28 Weeks Later DIED over opening weekend. The reviews were pure crap and the movie moreso. It had better production values, (not that that was a high bar) but FAR worse story –and that WAS a high bar of crappiness to get over!
So when you say 28Weeks Later was “well liked” I have to ask why that never translated into box-office.
And as for British filmmakers that I like: Martin Campbell is okay, though I gotta say his Bond films are about the only thing he’s done that I like.
Of course Chris Nolan and Stephen Norrington. Paul Greengrass, Ridley Scott and occasionally even his brother.
Alan Parker used to be okay, but IMHO he hasn’t made a worthwhile film since Mississippi Burning. Unless you consider Evita to be a good film, that is.
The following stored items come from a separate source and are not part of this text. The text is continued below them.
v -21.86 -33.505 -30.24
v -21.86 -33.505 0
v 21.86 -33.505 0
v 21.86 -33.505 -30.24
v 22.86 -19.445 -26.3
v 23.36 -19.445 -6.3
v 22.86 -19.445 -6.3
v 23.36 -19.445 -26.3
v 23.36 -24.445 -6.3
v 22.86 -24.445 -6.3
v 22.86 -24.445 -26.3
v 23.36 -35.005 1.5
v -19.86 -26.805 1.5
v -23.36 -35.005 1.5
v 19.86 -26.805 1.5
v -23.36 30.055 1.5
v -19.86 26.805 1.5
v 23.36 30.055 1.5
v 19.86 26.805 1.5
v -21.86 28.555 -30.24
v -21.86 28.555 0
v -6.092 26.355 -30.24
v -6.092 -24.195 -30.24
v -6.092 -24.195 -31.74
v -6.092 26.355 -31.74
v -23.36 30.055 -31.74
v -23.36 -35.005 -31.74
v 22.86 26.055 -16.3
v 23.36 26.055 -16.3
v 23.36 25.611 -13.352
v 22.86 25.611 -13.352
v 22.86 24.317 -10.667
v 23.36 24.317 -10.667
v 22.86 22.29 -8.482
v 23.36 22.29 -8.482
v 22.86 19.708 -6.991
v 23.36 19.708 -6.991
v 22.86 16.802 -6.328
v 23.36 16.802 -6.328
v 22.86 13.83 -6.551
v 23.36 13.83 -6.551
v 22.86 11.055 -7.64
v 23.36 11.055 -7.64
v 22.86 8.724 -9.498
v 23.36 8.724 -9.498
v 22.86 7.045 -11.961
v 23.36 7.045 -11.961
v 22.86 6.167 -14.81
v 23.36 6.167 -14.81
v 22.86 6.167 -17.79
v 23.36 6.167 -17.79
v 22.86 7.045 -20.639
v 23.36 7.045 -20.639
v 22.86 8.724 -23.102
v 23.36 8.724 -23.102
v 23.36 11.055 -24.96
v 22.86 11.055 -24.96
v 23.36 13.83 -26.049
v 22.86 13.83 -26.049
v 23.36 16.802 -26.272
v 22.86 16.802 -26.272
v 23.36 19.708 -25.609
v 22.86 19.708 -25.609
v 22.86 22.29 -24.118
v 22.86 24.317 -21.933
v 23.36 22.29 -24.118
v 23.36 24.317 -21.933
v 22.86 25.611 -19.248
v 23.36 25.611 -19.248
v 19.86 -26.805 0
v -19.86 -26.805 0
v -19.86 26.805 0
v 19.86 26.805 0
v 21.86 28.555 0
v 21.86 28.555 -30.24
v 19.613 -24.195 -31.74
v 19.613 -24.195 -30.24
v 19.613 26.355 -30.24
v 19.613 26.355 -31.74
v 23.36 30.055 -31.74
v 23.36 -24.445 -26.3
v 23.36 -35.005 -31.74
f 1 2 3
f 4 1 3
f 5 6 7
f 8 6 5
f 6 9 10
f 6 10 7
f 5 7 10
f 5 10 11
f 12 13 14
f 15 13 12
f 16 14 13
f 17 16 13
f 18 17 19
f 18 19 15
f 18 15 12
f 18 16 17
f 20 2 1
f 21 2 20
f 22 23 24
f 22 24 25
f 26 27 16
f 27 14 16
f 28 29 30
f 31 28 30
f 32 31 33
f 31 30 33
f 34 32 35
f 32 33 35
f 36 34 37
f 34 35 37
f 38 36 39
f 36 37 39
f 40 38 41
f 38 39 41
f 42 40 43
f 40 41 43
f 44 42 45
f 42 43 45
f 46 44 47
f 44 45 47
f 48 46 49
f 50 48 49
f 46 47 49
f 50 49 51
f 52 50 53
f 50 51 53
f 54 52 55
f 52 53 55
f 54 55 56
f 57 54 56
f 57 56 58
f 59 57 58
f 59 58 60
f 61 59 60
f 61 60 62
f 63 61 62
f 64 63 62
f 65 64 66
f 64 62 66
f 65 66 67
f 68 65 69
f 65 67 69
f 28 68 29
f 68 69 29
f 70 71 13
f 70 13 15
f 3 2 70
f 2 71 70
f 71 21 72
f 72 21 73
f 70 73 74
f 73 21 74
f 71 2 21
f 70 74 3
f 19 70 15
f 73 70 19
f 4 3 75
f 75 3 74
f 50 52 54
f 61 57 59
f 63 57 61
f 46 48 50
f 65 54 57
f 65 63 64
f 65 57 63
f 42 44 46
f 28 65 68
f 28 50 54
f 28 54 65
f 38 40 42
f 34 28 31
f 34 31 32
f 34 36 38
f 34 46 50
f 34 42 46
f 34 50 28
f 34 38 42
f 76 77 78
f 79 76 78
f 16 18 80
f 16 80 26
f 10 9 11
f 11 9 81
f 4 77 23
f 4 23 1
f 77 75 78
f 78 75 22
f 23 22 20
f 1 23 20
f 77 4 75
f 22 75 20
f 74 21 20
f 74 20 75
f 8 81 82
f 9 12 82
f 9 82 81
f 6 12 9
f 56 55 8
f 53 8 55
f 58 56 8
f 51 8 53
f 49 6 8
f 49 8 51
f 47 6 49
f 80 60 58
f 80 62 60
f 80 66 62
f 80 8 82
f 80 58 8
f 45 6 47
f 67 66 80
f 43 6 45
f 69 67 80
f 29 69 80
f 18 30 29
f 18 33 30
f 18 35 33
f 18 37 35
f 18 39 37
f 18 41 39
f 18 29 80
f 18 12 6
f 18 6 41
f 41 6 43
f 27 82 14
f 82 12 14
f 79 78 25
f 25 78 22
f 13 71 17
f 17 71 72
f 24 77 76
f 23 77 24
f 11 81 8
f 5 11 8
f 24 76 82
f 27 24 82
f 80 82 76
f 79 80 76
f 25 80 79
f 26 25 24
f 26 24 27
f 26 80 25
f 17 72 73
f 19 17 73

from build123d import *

# Parameters (mm, degrees)
SKETCH1_W           = 46.72
SKETCH1_H           = 65.06
SKETCH1_W_2         = 39.72
SKETCH1_H_2         = 53.61
BOSS_EXTRUDE1_DEPTH = 1.5
SKETCH1_3_W         = 46.72
SKETCH1_3_H         = 65.06
SKETCH1_3_W_2       = 43.72
SKETCH1_3_H_2       = 62.06
BOSS_EXTRUDE2_DEPTH = 30.24
SKETCH3_W           = 46.72
SKETCH3_H           = 65.06
SKETCH3_W_2         = 43.72
SKETCH3_H_2         = 62.06
SKETCH3_W_3         = 25.705
SKETCH3_H_3         = 50.55
BOSS_EXTRUDE3_DEPTH = 1.5
SKETCH4_R           = 10
SKETCH4_W           = 20
SKETCH4_H           = 5
CUT_EXTRUDE1_DEPTH  = 0.5


with BuildPart() as part:
    # Sketch1 → Boss-Extrude1 (new body)
    with BuildSketch(Plane.XY):
        with Locations((0, -2.475)):
            Rectangle(SKETCH1_W, SKETCH1_H)
        Rectangle(SKETCH1_W_2, SKETCH1_H_2, mode=Mode.SUBTRACT)
    extrude(amount=BOSS_EXTRUDE1_DEPTH)

    # Sketch1<3> → Boss-Extrude2 (add)
    with BuildSketch(Plane.XY):
        with Locations((0, -2.475)):
            Rectangle(SKETCH1_3_W, SKETCH1_3_H)
        with Locations((0, -2.475)):
            Rectangle(SKETCH1_3_W_2, SKETCH1_3_H_2, mode=Mode.SUBTRACT)
    extrude(amount=-BOSS_EXTRUDE2_DEPTH)

    # Sketch3 → Boss-Extrude3 (add)
    # profile 1 of 2: a face of its own
    with BuildSketch(Plane(origin=(0, 0, -30.24), x_dir=(-1, 0, 0), z_dir=(0, 0, -1))):
        with Locations((0, -2.475)):
            Rectangle(SKETCH3_W, SKETCH3_H)
        with Locations((0, -2.475)):
            Rectangle(SKETCH3_W_2, SKETCH3_H_2, mode=Mode.SUBTRACT)
    # profile 2 of 2: a face of its own
    with BuildSketch(Plane(origin=(0, 0, -30.24), x_dir=(-1, 0, 0), z_dir=(0, 0, -1))):
        with Locations((0, -2.475)):
            Rectangle(SKETCH3_W_2, SKETCH3_H_2)
        with Locations((-6.7605, 1.08)):
            Rectangle(SKETCH3_W_3, SKETCH3_H_3, mode=Mode.SUBTRACT)
    extrude(amount=BOSS_EXTRUDE3_DEPTH)

    # Sketch4 → Cut-Extrude1 (cut)
    with BuildSketch(Plane(origin=(23.36, 0, 0), x_dir=(0, 0, -1), z_dir=(1, 0, 0))):
        with Locations(Location((16.3, 16.055, 0), (0, 0, 90))):
            Circle(SKETCH4_R)
        with Locations((16.3, -21.945)):
            Rectangle(SKETCH4_W, SKETCH4_H)
    extrude(amount=-CUT_EXTRUDE1_DEPTH, mode=Mode.SUBTRACT)


solid = part.part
Sam Mendes of course makes the list. Not for American Beauty. I hated that ode to gay-ass pedophilia, but he partially redeemed himself with the instant classic Road to Perdition and Jarhead was also a worthy effort. I think it was more about marketing than anything else–somebody convincing themselvse that a film about the 1991 Gulf War would resonate during the second Gulf War.
Nonetheless he told a good story.
So there’s plenty of Brit filmmakers who do quality work. I can’t think of any screenwriters per se, but then again most Brit screenwriters don’t write movies for American audiences anyways.
The problem is that Britain’s filmmakers do works that are too damned weird. They reek of European influence and the kind of art-house quirkiness that makes it where foreign films simply don’t translate, even in their home countries. Unless a film is made by one of the pros I listed above whenever someobdy tells me I’m about to watch a film made by some Brits I groan, because I KNOW it’s going to be amateur night.
How can Britain produce such amazing actors with such consistency, but not directors?
A few examples. Guy Ritchie. He’s been making the same damn movie for the last 15 years. And his flicks have as much depth as a birdbath. He’s got potential, but his creative “voice” is clogged by thinking himself too clever by half. Somebody must have told him he was ” the next DePalma,” and then later on “the next Tarantino” when in truth he’s just a guy who got notoriety by banging Madonna, and used it to get studios to give him modest sums to made shitty films.
The scripts he picks simply are’t smart enough, and he seems to think that because he makes a movie every 2 weeks that somehow that translates into good moviemaking.
Somebody who loves him needs to pull him aside and explain that it’s all about quality, not quantity.
Paul WS Anderson is the Brett Ratner of Britain. Nothing short of a silver stake through the heart can be adequate enough punishment for his crimes.
So no, I don’t think much of Danny Boyle or his movies. And that’s Danny boy’s fault. If I see people praising what is clearly crap then I don’t think it improper for me to call a spade a spade.
I’m going to have to disagree with you on quite a lot of this – I don’t think you can judge how good a film is by box office alone, and I actually LIKE a lot of the art-house Euro-weirdness – I’m a big fan of Greenaway and Jarman, for example, and love the strange, stripped-back vagrant cinema vibe of Patrick Keillor’s single, static camera plus voice-over ‘Robinson’ movies.
Oddly though I do agree with a lot of the directors you like, and certainly agree re. Ritchie and Anderson.